DATA SHOWN: Begin
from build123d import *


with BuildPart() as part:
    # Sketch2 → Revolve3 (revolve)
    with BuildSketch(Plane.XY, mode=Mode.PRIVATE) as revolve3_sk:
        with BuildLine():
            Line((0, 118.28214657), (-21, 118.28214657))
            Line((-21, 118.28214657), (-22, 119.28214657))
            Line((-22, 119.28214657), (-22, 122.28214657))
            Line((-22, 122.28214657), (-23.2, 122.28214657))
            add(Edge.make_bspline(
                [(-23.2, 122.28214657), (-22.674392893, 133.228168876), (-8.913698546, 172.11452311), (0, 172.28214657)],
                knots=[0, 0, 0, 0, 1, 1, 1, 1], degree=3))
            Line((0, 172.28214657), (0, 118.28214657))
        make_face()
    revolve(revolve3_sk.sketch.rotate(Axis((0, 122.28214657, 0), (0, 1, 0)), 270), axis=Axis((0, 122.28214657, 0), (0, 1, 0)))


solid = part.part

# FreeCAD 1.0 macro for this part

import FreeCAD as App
import Part
import Sketcher

V = App.Vector
Q = App.Units.Quantity

doc = App.newDocument("Part")
body = doc.addObject("PartDesign::Body", "Body")

sketch1 = body.newObject("Sketcher::SketchObject", "Sketch")
sketch1.AttachmentSupport = (doc.getObject("XY_Plane"), [""])
sketch1.MapMode = "FlatFace"
sketch1.addGeometry([
    Part.LineSegment(V(-21, 118.282147, 0), V(0, 118.282147, 0)),
    Part.LineSegment(V(0, 118.282147, 0), V(0, 172.282147, 0)),
    Part.BSplineCurve([V(-23.2, 122.282147, 0), V(-22.674393, 133.228169, 0), V(-8.913699, 172.114523, 0), V(0, 172.282147, 0)], [4, 4], [0, 1], False, 3, [1, 1, 1, 1], False),
    Part.LineSegment(V(-23.2, 122.282147, 0), V(-22, 122.282147, 0)),
    Part.LineSegment(V(-22, 122.282147, 0), V(-22, 119.282147, 0)),
    Part.LineSegment(V(-22, 119.282147, 0), V(-21, 118.282147, 0)),
], False)
sketch1.addConstraint([
    Sketcher.Constraint("Block", 2),
    Sketcher.Constraint("Coincident", 0, 2, 1, 1),
    Sketcher.Constraint("Coincident", 1, 2, 2, 2),
    Sketcher.Constraint("Coincident", 2, 1, 3, 1),
    Sketcher.Constraint("Coincident", 3, 2, 4, 1),
    Sketcher.Constraint("Coincident", 4, 2, 5, 1),
    Sketcher.Constraint("Coincident", 5, 2, 0, 1),
    Sketcher.Constraint("Horizontal", 0),
    Sketcher.Constraint("Vertical", 1),
    Sketcher.Constraint("Horizontal", 3),
    Sketcher.Constraint("Vertical", 4),
    Sketcher.Constraint("DistanceX", 0, 1, 0, 2, Q("21 mm")),
    Sketcher.Constraint("DistanceY", 1, 1, 1, 2, Q("54 mm")),
    Sketcher.Constraint("DistanceY", 4, 2, 4, 1, Q("3 mm")),
    Sketcher.Constraint("Angle", 5, Q("-45 deg")),
])
revolution = body.newObject("PartDesign::Revolution", "Revolution")
revolution.Profile = sketch1
revolution.ReferenceAxis = (sketch1, ["V_Axis"])
revolution.Angle = 360

doc.recompute()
DATA SHOWN: End
__WHAT TO DO__: Please restate every line of the records exactly.

__RESPONSE AREA__:
from build123d import *


with BuildPart() as part:
    # Sketch2 → Revolve3 (revolve)
    with BuildSketch(Plane.XY, mode=Mode.PRIVATE) as revolve3_sk:
        with BuildLine():
            Line((0, 118.28214657), (-21, 118.28214657))
            Line((-21, 118.28214657), (-22, 119.28214657))
            Line((-22, 119.28214657), (-22, 122.28214657))
            Line((-22, 122.28214657), (-23.2, 122.28214657))
            add(Edge.make_bspline(
                [(-23.2, 122.28214657), (-22.674392893, 133.228168876), (-8.913698546, 172.11452311), (0, 172.28214657)],
                knots=[0, 0, 0, 0, 1, 1, 1, 1], degree=3))
            Line((0, 172.28214657), (0, 118.28214657))
        make_face()
    revolve(revolve3_sk.sketch.rotate(Axis((0, 122.28214657, 0), (0, 1, 0)), 270), axis=Axis((0, 122.28214657, 0), (0, 1, 0)))


solid = part.part

# FreeCAD 1.0 macro for this part

import FreeCAD as App
import Part
import Sketcher

V = App.Vector
Q = App.Units.Quantity

doc = App.newDocument("Part")
body = doc.addObject("PartDesign::Body", "Body")

sketch1 = body.newObject("Sketcher::SketchObject", "Sketch")
sketch1.AttachmentSupport = (doc.getObject("XY_Plane"), [""])
sketch1.MapMode = "FlatFace"
sketch1.addGeometry([
    Part.LineSegment(V(-21, 118.282147, 0), V(0, 118.282147, 0)),
    Part.LineSegment(V(0, 118.282147, 0), V(0, 172.282147, 0)),
    Part.BSplineCurve([V(-23.2, 122.282147, 0), V(-22.674393, 133.228169, 0), V(-8.913699, 172.114523, 0), V(0, 172.282147, 0)], [4, 4], [0, 1], False, 3, [1, 1, 1, 1], False),
    Part.LineSegment(V(-23.2, 122.282147, 0), V(-22, 122.282147, 0)),
    Part.LineSegment(V(-22, 122.282147, 0), V(-22, 119.282147, 0)),
    Part.LineSegment(V(-22, 119.282147, 0), V(-21, 118.282147, 0)),
], False)
sketch1.addConstraint([
    Sketcher.Constraint("Block", 2),
    Sketcher.Constraint("Coincident", 0, 2, 1, 1),
    Sketcher.Constraint("Coincident", 1, 2, 2, 2),
    Sketcher.Constraint("Coincident", 2, 1, 3, 1),
    Sketcher.Constraint("Coincident", 3, 2, 4, 1),
    Sketcher.Constraint("Coincident", 4, 2, 5, 1),
    Sketcher.Constraint("Coincident", 5, 2, 0, 1),
    Sketcher.Constraint("Horizontal", 0),
    Sketcher.Constraint("Vertical", 1),
    Sketcher.Constraint("Horizontal", 3),
    Sketcher.Constraint("Vertical", 4),
    Sketcher.Constraint("DistanceX", 0, 1, 0, 2, Q("21 mm")),
    Sketcher.Constraint("DistanceY", 1, 1, 1, 2, Q("54 mm")),
    Sketcher.Constraint("DistanceY", 4, 2, 4, 1, Q("3 mm")),
    Sketcher.Constraint("Angle", 5, Q("-45 deg")),
])
revolution = body.newObject("PartDesign::Revolution", "Revolution")
revolution.Profile = sketch1
revolution.ReferenceAxis = (sketch1, ["V_Axis"])
revolution.Angle = 360

doc.recompute()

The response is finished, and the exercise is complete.